- Xumo TV, a free, ad-supported streaming service, has grown revenue more than 300% in the past year.
- Most of the growth came from new deals with industry partners like Comcast and T-Mobile, Xumo CEO Colin Petrie-Norris told Business Insider.
- The company is a potential acquisition target and is in discussions with various companies.
As traditional MVPDs, cable, and broadcast companies face pressure to innovate through OTT services to keep up with changing viewing habits, ad-supported video on demand streaming services, like Xumo TV, are reaping the benefit.
AVODs that are privately owned don’t share many of their business results, but Xumo TV, a streaming service that launched in 2011 as a joint venture between Viant and Panasonic, told Business Insider that it had huge revenue gains in 2018.
Xumo’s revenue grew more than 300% in the first quarter of 2019 versus a year ago while streaming hours doubled, CEO Colin Petrie-Norris said. He wouldn’t give raw revenue numbers but said that in the fourth quarter, Xumo was profitable for the first time.
Xumo is targeted toward millennials and other digitally savvy viewers who are unhappy with pricey linear-TV options and are willing to sacrifice the latest news and movies for free video content.
Competitors Pluto TV and Tubi also said they made a profit by the end of 2018, a bright spot in the free AVOD industry sector where streamers such as Hulu, YouTube, and DirecTV are known to have poor margins.
Deals with traditional service providers
The free AVODs don’t all share their monthly average users, but Xumo, with 5.5 million monthly average users, falls behind Viacom-owned Pluto TV’s 12 million MAU and Sony Crackle’s roughly 10 million MAU.
The bulk of Xumo’s growth over the past year came from new distribution deals, Petrie-Norris said.
Xumo, along with Viacom-owned Pluto TV, comes preloaded on Xfinity Flex service, Comcast’s new $5-a-month aggregation service for its broadband customers.
Xumo is also included in T-Mobile’s recently announced TV service TVision Home, a $100-a-month streamer with more than 150 channels.
Petrie-Norris said Xumo is launching a FireTV app for Xumo and will be rolling out on two more devices in the coming months. While the service is in 35 million US homes, or 27% of US households, Petrie-Norris said he expects to be in 80% of US homes in a year. It’s also launching in Europe later this year.
Xumo, like all AVODs, is also likely benefiting from the slow rise of video streaming subscription costs. In the past few months, DirecTV Now, Fubo TV, and YouTube TV have all increased their monthly prices to $50 a month or more.
“Streaming is new pay-TV bundle,” streaming analyst Dan Rayburn told Business Insider. The selling point of vMVPDs used to be that they cost less and provided more flexibility in service choices, Rayburn said.

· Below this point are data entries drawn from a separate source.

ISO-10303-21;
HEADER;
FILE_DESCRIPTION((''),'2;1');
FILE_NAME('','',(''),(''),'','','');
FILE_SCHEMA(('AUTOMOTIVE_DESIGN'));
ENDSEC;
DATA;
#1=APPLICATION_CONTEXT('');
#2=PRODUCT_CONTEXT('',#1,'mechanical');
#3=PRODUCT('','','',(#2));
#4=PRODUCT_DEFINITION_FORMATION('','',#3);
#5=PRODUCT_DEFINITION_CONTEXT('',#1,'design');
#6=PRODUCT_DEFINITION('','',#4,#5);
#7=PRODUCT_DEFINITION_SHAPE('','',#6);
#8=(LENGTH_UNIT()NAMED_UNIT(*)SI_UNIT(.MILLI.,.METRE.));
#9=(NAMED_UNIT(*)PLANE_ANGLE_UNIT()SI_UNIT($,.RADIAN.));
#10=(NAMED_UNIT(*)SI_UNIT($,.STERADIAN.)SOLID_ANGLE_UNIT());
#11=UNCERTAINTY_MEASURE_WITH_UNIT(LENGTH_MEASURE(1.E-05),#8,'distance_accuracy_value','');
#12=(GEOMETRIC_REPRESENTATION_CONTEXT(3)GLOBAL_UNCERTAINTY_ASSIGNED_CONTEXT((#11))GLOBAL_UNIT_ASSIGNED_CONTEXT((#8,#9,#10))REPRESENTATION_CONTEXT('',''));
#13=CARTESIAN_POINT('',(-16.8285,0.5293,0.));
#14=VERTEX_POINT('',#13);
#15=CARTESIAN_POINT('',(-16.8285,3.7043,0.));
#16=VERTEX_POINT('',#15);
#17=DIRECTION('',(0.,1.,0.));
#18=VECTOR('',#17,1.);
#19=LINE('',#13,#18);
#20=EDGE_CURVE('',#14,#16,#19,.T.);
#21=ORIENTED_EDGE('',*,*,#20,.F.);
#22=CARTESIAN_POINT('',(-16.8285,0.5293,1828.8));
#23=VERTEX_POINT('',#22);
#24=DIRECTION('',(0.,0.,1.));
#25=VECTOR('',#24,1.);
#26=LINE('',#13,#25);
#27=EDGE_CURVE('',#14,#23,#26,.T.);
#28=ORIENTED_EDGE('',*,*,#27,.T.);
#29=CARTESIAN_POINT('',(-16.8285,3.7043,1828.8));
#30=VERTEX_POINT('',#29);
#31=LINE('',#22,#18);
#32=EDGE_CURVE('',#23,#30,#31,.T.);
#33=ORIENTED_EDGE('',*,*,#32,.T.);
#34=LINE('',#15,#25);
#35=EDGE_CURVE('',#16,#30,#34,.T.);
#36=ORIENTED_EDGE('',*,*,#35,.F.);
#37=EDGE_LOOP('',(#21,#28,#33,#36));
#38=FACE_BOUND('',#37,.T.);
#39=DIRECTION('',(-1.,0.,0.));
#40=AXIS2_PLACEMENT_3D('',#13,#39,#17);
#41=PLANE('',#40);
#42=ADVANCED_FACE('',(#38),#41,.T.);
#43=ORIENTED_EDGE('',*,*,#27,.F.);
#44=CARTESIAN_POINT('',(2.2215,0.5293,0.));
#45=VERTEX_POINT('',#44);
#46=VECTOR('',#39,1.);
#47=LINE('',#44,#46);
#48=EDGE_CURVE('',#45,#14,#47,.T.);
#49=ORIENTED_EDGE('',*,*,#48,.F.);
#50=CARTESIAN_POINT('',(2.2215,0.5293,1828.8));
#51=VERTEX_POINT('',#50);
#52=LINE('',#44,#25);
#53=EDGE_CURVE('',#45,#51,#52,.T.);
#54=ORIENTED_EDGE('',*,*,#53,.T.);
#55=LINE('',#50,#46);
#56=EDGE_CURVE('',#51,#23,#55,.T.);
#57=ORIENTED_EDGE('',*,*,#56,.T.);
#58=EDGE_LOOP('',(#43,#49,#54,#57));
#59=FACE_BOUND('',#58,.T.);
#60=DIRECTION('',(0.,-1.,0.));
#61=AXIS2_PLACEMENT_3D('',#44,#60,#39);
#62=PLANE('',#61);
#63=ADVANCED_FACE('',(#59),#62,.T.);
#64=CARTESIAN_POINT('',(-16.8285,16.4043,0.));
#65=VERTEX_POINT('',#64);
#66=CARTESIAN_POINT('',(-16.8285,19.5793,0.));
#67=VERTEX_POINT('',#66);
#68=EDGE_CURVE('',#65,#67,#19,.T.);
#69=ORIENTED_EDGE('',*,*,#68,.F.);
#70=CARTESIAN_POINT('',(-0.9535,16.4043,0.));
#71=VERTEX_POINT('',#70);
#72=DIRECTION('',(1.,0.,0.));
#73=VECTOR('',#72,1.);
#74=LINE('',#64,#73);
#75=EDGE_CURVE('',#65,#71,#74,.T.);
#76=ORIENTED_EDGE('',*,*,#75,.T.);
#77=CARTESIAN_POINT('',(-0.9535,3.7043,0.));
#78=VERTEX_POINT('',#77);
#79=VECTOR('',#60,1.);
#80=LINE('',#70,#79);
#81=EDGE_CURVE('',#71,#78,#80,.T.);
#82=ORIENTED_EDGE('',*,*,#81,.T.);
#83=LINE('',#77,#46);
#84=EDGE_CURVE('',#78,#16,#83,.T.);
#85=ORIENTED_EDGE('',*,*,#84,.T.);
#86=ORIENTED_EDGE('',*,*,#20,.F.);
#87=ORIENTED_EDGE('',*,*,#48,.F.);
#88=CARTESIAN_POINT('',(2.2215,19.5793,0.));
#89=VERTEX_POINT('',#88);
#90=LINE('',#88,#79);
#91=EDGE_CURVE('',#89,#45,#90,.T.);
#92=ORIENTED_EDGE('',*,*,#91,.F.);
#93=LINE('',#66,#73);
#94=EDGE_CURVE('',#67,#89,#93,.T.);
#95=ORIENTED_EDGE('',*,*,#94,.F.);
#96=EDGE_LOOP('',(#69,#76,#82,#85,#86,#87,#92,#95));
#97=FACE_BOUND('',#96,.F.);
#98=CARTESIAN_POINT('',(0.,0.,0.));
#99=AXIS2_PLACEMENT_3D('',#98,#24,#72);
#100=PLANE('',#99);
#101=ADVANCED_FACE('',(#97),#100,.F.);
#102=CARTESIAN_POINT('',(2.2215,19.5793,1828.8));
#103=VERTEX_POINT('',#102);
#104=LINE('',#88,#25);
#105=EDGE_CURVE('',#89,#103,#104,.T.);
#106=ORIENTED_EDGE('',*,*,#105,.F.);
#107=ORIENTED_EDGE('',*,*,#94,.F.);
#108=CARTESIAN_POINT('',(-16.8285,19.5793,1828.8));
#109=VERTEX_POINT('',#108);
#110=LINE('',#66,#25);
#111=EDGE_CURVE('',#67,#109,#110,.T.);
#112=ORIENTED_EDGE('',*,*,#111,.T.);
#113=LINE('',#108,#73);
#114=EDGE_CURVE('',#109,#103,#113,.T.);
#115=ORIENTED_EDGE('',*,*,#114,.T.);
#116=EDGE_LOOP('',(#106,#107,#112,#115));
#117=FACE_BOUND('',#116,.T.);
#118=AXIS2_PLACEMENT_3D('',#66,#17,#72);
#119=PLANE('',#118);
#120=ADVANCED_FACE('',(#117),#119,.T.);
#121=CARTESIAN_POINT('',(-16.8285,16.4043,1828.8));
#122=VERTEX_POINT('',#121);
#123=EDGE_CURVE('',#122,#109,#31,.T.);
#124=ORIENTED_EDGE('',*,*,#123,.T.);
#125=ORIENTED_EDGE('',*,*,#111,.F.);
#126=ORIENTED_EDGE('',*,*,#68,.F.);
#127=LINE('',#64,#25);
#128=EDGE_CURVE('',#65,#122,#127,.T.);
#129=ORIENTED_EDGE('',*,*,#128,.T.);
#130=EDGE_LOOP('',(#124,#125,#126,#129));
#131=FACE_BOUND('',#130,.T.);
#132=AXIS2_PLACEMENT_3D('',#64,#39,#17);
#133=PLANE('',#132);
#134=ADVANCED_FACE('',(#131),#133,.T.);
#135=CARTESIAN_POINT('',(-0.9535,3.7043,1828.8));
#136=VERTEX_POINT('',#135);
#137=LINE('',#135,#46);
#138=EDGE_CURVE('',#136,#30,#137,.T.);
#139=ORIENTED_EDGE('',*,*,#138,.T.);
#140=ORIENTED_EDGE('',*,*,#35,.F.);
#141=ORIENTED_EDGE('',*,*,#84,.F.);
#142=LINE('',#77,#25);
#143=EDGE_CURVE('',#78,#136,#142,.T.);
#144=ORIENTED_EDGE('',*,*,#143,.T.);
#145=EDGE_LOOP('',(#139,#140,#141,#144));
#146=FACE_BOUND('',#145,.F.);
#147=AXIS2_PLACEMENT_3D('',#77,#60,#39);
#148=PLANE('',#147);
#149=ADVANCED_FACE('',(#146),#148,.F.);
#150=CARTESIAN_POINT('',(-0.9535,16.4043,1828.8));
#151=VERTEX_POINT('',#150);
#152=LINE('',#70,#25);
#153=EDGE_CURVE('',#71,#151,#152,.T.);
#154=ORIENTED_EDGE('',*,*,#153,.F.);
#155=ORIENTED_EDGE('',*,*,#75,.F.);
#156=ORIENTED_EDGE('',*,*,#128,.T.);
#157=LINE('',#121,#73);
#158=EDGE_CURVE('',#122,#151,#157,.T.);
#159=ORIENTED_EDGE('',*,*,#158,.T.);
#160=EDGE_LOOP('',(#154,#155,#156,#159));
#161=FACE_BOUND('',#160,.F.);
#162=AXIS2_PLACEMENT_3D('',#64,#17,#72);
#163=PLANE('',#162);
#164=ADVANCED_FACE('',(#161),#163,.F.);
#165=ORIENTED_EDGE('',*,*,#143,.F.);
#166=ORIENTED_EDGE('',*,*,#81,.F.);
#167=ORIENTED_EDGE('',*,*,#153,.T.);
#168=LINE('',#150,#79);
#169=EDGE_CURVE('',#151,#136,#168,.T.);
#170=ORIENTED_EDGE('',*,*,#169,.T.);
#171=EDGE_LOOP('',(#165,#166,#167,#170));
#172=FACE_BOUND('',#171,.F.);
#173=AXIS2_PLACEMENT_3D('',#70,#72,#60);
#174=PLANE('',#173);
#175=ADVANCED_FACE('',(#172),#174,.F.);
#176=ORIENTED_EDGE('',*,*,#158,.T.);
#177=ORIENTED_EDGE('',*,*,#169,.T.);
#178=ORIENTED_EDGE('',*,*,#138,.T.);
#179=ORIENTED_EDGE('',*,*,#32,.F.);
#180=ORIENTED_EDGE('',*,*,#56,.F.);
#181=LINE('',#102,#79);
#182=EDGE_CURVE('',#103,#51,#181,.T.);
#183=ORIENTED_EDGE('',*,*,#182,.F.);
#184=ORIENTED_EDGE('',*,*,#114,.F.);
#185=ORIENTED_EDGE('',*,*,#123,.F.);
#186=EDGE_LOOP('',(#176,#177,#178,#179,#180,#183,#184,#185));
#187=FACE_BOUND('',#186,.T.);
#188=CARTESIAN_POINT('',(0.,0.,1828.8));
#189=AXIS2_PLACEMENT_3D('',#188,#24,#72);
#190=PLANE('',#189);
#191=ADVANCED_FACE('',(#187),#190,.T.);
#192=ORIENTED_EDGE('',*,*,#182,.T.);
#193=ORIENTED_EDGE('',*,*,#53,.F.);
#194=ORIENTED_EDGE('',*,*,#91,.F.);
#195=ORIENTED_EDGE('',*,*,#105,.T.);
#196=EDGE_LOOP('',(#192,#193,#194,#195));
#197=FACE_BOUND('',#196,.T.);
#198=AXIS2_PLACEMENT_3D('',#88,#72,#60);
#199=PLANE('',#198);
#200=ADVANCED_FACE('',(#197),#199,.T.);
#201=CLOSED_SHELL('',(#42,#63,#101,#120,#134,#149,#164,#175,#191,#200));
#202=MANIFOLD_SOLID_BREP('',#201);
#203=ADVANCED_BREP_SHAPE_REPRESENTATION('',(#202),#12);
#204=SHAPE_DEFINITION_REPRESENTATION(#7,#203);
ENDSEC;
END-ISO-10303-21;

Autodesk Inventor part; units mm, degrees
ref_plane "YZ Plane" through (0, 0, 0) normal (1, 0, 0) x (0, 1, 0)
ref_plane "XZ Plane" through (0, 0, 0) normal (0, 1, 0) x (-1, 0, 0)
ref_plane "XY Plane" through (0, 0, 0) normal (0, 0, 1) x (1, 0, 0)
sketch "Sketch1" plane through (0, 0, 0) normal (0, 0, 1) x (1, 0, 0)
  line L0 (-16.8285, 19.5793) -> (2.2215, 19.5793)
  line L1 (2.2215, 19.5793) -> (2.2215, 0.5293)
  line L2 (2.2215, 0.5293) -> (-16.8285, 0.5293)
  line L3 (-16.8285, 0.5293) -> (-16.8285, 19.5793)
  line L4 (-16.8285, 16.4043) -> (-0.9535, 16.4043)
  line L5 (-0.9535, 16.4043) -> (-0.9535, 3.7043)
  line L6 (-0.9535, 3.7043) -> (-16.8285, 3.7043)
  line L7 (-16.8285, 3.7043) -> (-16.8285, 16.4043)
  dimension "d0" = 19.05
  dimension "d1" = 19.05
  dimension "d2" = 3.175
  dimension "d3" = 3.175
  dimension "d4" = 3.175
extrude "Extrusion1" add sketch "Sketch1" along normal blind 1828.8 contours L0 L1 L2 L3 L6 L5 L4
properties part number "FE-00004-05"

Now, the rates are nearing those of linear TV rates and there are fewer choices.
Read more: FuboTV raised prices after ‘severely’ underpricing its service and has a plan to dominate the digital TV industry
Xumo thinks the key to its success is its advertising strategy
Petrie-Norris said Xumo’s done well with content providers because they typically charge no upfront fees, instead sharing advertising revenue with Xumo.
Xumo lets distribution partners like Comcast or T-Mobile sell their own ads or allow Xumo to sell ads for them, Petrie-Norris said.
AVODs won’t replace traditional cable TV. They don’t include the content like sports and news that consumers covet.
But they increasingly look like likely M&A targets as people are hitting their limit for paid TV. After Viacom’s $340 million acquisition of Pluto, Viacom’s CFO said he thought Pluto could become a billion-dollar business.
There have been unconfirmed reports that Sinclair is looking to buy Xumo. Petrie-Norris wouldn’t discuss specifics but said the company is in discussions with various interested companies.
“We will select a partner if it’s the right partner for us and they believe as much as we do in this model,” he said.